That would make sense. My healthier tank-raised brown ramshorn snails also carry one or two worms on occasion, but far less than the blues.


----------



## dw1305 (31 Jul 2020)

Hi all, 





NAJAS GUPPY said:


> i don't suppose you would be willing to send me some hydra before you kill them off???


I should be able to find you some. I'll have a look when I'm back in work.

cheers Darrel


----------



## alto (9 Aug 2020)

I’m a bit confused - isn’t this the tank that has only been set up for a month or so?
Where were the ramshorn snails sourced?

I’ve seen thousands of ramshorn snails (they collect in the sump filter system of a Marineland MARS system - shop owner fed massive amounts of food and ramshorn snails are ubiquitous in local shops) and never observed worm infestations


----------



## veerserif (9 Aug 2020)

alto said:


> Where were the ramshorn snails sourced?
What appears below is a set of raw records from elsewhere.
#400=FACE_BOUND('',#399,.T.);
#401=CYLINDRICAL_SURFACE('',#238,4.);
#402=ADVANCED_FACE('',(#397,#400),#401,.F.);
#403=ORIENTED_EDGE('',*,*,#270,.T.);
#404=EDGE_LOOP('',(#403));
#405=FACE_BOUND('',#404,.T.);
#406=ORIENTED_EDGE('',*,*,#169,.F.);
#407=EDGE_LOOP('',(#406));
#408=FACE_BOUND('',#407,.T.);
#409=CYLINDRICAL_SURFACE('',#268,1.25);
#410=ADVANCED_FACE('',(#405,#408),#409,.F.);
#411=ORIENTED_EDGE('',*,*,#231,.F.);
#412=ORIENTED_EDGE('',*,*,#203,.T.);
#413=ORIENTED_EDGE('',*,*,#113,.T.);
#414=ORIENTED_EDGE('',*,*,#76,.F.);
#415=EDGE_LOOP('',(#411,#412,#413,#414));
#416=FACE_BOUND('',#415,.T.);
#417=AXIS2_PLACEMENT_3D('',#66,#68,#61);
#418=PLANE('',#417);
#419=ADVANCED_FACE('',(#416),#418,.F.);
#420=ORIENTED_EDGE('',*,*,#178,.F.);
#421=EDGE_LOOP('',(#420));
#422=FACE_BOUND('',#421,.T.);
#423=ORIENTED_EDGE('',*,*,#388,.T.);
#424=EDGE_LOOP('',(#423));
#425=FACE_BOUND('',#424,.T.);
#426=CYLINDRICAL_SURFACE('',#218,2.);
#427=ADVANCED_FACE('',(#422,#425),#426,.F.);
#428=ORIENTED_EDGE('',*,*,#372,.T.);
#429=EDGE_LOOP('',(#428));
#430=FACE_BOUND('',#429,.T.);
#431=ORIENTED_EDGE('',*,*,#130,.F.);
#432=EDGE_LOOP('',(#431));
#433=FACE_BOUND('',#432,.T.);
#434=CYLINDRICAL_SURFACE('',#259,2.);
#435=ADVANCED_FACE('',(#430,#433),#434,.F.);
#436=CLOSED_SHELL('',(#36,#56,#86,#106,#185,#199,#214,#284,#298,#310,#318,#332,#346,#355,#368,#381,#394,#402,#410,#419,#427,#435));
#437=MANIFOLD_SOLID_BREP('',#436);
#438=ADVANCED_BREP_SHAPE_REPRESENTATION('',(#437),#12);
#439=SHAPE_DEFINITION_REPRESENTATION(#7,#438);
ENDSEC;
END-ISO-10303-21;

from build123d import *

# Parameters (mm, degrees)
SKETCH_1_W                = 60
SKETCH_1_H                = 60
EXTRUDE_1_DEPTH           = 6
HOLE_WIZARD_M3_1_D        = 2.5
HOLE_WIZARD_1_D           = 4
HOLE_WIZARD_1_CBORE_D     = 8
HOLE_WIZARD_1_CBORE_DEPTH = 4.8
Plant hitchhikers (edited: I bought the blues to have something to look at while the plants grew, but as you can see they weren't very healthy and died eventually). Same with the detritus worms, I'm assuming. They're on all my ramshorns of sufficient size now. I don't mind them, and the rams don't seem to be negatively affected either, it just looks creepy.


----------